Figures 10a and 10b show the two-way TRX patterns (f ^2-way (θ, φ)) of an MBR ESA steering at 30° azimuth direction (for the sake of clarity, only one Rx beam is shown) of a fully-populated Tx array with 12x12 antenna elements and an Rx array with 36x12 antenna elements, with a regular lattice and where the square-shaped aperture of the Tx array in not rotated relative to the rectangular- shaped aperture of the Rx array (a=0°) and, respectively, the square- shaped aperture of the Tx array in rotated relative to the rectangular- shaped aperture of the Rx array (a=45°). Figure 10c shows a superimposition of the two-way TRX patterns shown in Figures 10a and 10b.

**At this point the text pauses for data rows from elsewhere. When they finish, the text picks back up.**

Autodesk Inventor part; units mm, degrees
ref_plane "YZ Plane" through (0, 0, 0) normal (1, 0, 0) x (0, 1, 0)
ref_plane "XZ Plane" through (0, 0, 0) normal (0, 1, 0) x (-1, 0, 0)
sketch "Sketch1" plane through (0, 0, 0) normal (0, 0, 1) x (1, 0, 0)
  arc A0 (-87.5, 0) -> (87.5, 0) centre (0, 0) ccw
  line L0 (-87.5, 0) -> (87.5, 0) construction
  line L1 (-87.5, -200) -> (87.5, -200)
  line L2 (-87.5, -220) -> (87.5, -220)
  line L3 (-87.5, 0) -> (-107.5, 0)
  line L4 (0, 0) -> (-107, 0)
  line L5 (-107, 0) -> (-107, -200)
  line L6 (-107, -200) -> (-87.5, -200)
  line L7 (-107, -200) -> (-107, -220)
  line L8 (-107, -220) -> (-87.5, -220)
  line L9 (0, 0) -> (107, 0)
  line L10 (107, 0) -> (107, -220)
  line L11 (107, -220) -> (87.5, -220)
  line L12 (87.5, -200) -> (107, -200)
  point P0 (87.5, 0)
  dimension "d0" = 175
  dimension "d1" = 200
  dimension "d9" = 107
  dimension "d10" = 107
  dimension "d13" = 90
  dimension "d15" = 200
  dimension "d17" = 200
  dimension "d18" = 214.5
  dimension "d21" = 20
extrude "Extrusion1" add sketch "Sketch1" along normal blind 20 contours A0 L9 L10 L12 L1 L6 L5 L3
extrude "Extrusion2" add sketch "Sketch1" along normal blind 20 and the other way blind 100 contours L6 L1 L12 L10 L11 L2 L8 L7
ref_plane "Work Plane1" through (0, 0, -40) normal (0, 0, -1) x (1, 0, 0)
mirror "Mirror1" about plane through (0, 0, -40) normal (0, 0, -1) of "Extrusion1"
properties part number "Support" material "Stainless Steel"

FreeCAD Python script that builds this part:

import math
import FreeCAD as App
import Part
import Sketcher
from FreeCAD import Vector

doc = App.newDocument("Part")
params = doc.addObject("Spreadsheet::Sheet", "Params")
for row, (alias, value) in enumerate([
    ("sketch1_radius", "87.5 mm"),
    ("sketch1_height", "200 mm"),
    ("pad1_length", "20 mm"),
    ("sketch2_height", "20 mm"),
    ("pad2_length", "20 mm"),
    ("pad2_length2", "100 mm"),
], start=1):
    params.set(f"A{row}", alias)
    params.set(f"B{row}", "=" + value)
    params.setAlias(f"B{row}", alias)

body = doc.addObject("PartDesign::Body", "Body")

sketch1 = body.newObject("Sketcher::SketchObject", "Sketch")
sketch1.AttachmentSupport = (doc.getObject("XY_Plane"), [""])
sketch1.MapMode = "FlatFace"
sketch1.addGeometry([
    Part.ArcOfCircle(Part.Circle(Vector(0, 0, 0), Vector(0, 0, 1), 88), math.radians(180), math.radians(360)),
    Part.LineSegment(Vector(-88, 0, 0), Vector(-107, 0, 0)),
    Part.LineSegment(Vector(-107, 0, 0), Vector(-107, -200, 0)),
    Part.LineSegment(Vector(-107, -200, 0), Vector(107, -200, 0)),
    Part.LineSegment(Vector(107, -200, 0), Vector(107, 0, 0)),
    Part.LineSegment(Vector(107, 0, 0), Vector(88, 0, 0)),
], False)
sketch1.addConstraint([
    Sketcher.Constraint("Coincident", 0, 1, 1, 1),
    Sketcher.Constraint("Coincident", 1, 2, 2, 1),
    Sketcher.Constraint("Coincident", 2, 2, 3, 1),
    Sketcher.Constraint("Coincident", 3, 2, 4, 1),
    Sketcher.Constraint("Coincident", 4, 2, 5, 1),
    Sketcher.Constraint("Coincident", 5, 2, 0, 2),
    Sketcher.Constraint("Horizontal", 1),
    Sketcher.Constraint("Vertical", 2),
    Sketcher.Constraint("Horizontal", 3),
    Sketcher.Constraint("Vertical", 4),
    Sketcher.Constraint("Horizontal", 5),
    Sketcher.Constraint("Coincident", 0, 3, -1, 1),
    Sketcher.Constraint("Symmetric", 1, 2, 4, 2, -1, 1),
    Sketcher.Constraint("PointOnObject", 0, 1, -1),
    Sketcher.Constraint("Radius", 0, 87.5),
    Sketcher.Constraint("DistanceY", 2, 2, 2, 1, 200.0),
    Sketcher.Constraint("DistanceX", 1, 2, -1, 1, 107.0),
])
sketch1.setExpression("Constraints[14]", "Params.sketch1_radius")
sketch1.setExpression("Constraints[15]", "Params.sketch1_height")
pad1 = body.newObject("PartDesign::Pad", "Pad")
pad1.Profile = sketch1
pad1.setExpression("Length", "Params.pad1_length")

sketch2 = body.newObject("Sketcher::SketchObject", "Sketch001")
sketch2.AttachmentSupport = (doc.getObject("XY_Plane"), [""])
sketch2.MapMode = "FlatFace"
sketch2.addGeometry([
    Part.LineSegment(Vector(107, -200, 0), Vector(-107, -200, 0)),
    Part.LineSegment(Vector(-107, -200, 0), Vector(-107, -220, 0)),
    Part.LineSegment(Vector(-107, -220, 0), Vector(107, -220, 0)),
    Part.LineSegment(Vector(107, -220, 0), Vector(107, -200, 0)),
], False)
sketch2.addConstraint([
    Sketcher.Constraint("Coincident", 0, 2, 1, 1),
    Sketcher.Constraint("Coincident", 1, 2, 2, 1),
    Sketcher.Constraint("Coincident", 2, 2, 3, 1),
    Sketcher.Constraint("Coincident", 3, 2, 0, 1),
    Sketcher.Constraint("Horizontal", 0),
    Sketcher.Constraint("Vertical", 1),
    Sketcher.Constraint("Horizontal", 2),
    Sketcher.Constraint("Vertical", 3),
    Sketcher.Constraint("DistanceY", 1, 2, 1, 1, 20.0),
    Sketcher.Constraint("DistanceX", 0, 2, -1, 1, 107.0),
    Sketcher.Constraint("DistanceY", 0, 2, -1, 1, 200.0),
    Sketcher.Constraint("DistanceX", -1, 1, 2, 2, 107.0),
])
sketch2.setExpression("Constraints[8]", "Params.sketch2_height")
pad2 = body.newObject("PartDesign::Pad", "Pad001")
pad2.Profile = sketch2
pad2.Type = "TwoLengths"
pad2.setExpression("Length", "Params.pad2_length")
pad2.setExpression("Length2", "Params.pad2_length2")
doc.recompute()

datumplane = body.newObject("PartDesign::Plane", "DatumPlane")
datumplane.AttachmentSupport = (doc.getObject("XY_Plane"), [""])
datumplane.MapMode = "FlatFace"
datumplane.AttachmentOffset = App.Placement(Vector(0, 0, -40), App.Rotation())
mirrored = body.newObject("PartDesign::Mirrored", "Mirrored")
mirrored.Originals = [pad1]
mirrored.MirrorPlane = (datumplane, [""])
body.Tip = mirrored

doc.recompute()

It may be appreciated that when the square-shaped aperture of the Tx array in rotated relative to the rectangular- shaped aperture of the Rx array (Figure 10b, a=45°), the mid-far side-lobe levels are remarkably reduced compared to those when where the square- shaped aperture of the Tx array in not rotated relative to the rectangular- shaped aperture of the Rx array (Figure 10a, a=0), while the benefit on the near side-lobes is limited because the first side-lobe of the Rx array still lies inside the main-lobe of the Tx array.

In order to keep the near-side-lobe levels within a reference mask defined by tolerated side-lobe levels which guarantees system performance also in MBR ESAs with a limited number of digital Rx channels, a specific illumination function may be applied to the attenuators and to the phase shifters of the Rx array. Outside of the main-lobe of the Tx array the side-lobe level reduction achieved by rotating the geometric aperture of the Tx array is already effective, so the optimization may conveniently be focused in a limited region close to the main-lobe only.

Traditional weighting window-based techniques, such as Taylor, Hamming, Hanning, Blackman-Harris, etc., should be discarded because they would result in an excessive tapering loss and in further improvement (not strictly necessary in case of rotated Tx array with respect to Rx array) of the mid-far side-lobe levels.

According to another aspect of the present invention, the Antenna Controller 8 is further designed to cause an optimized tapering function to be applied to the near side- lobes only, i.e., with more stringent thresholds for near side- lobes and more relaxed thresholds for far side-lobes, without introducing excessive weighting loss. This optimization may be achieved by applying the optimized tapering function either on the Rx pattern only or on the 2-way pattern, considering all directions in azimuth and elevation for side-lobe minimization.

Figure 11 shows the 2-way pattern (dark grey continuous line) of an MBR ESA resulting from the Rx pattern optimization on a squinted Rx beam (light grey continuous line). In Figure 11, the depicted Tx pattern (dashed line) derives from the pattern synthesis of the original Tx pattern, i.e., the non-rotated one, and this results in the mid-far side- lobe levels being relatively high.

The advantages that the present invention allows to achieve compared to the prior art solutions may be appreciated in view of the foregoing description.

In particular, the present invention finds application to any MBR ESAs and not only to traditional AESAs without physical separation and dimensional diversity between Tx and Rx arrays, so resulting in both monostatic and bistatic architectures being embraced. Besides, the application of the present invention to MBR ESAs results in a significant reduction of the mid-far side-lobes thanks to the rotation of the Tx array with respect to the broadside direction, and of the near side-lobes thanks to the application of optimized weighting coefficients, whereby ensuring system performance improvements without using a high number of Rx digital channels.

Moreover, the present invention extends the geometric aperture diversity of the Tx and Rx arrays to any polygonal TX and Rx patterns, so resulting in an improved flexibility of exploitation of MBR ESAs embodying the present invention.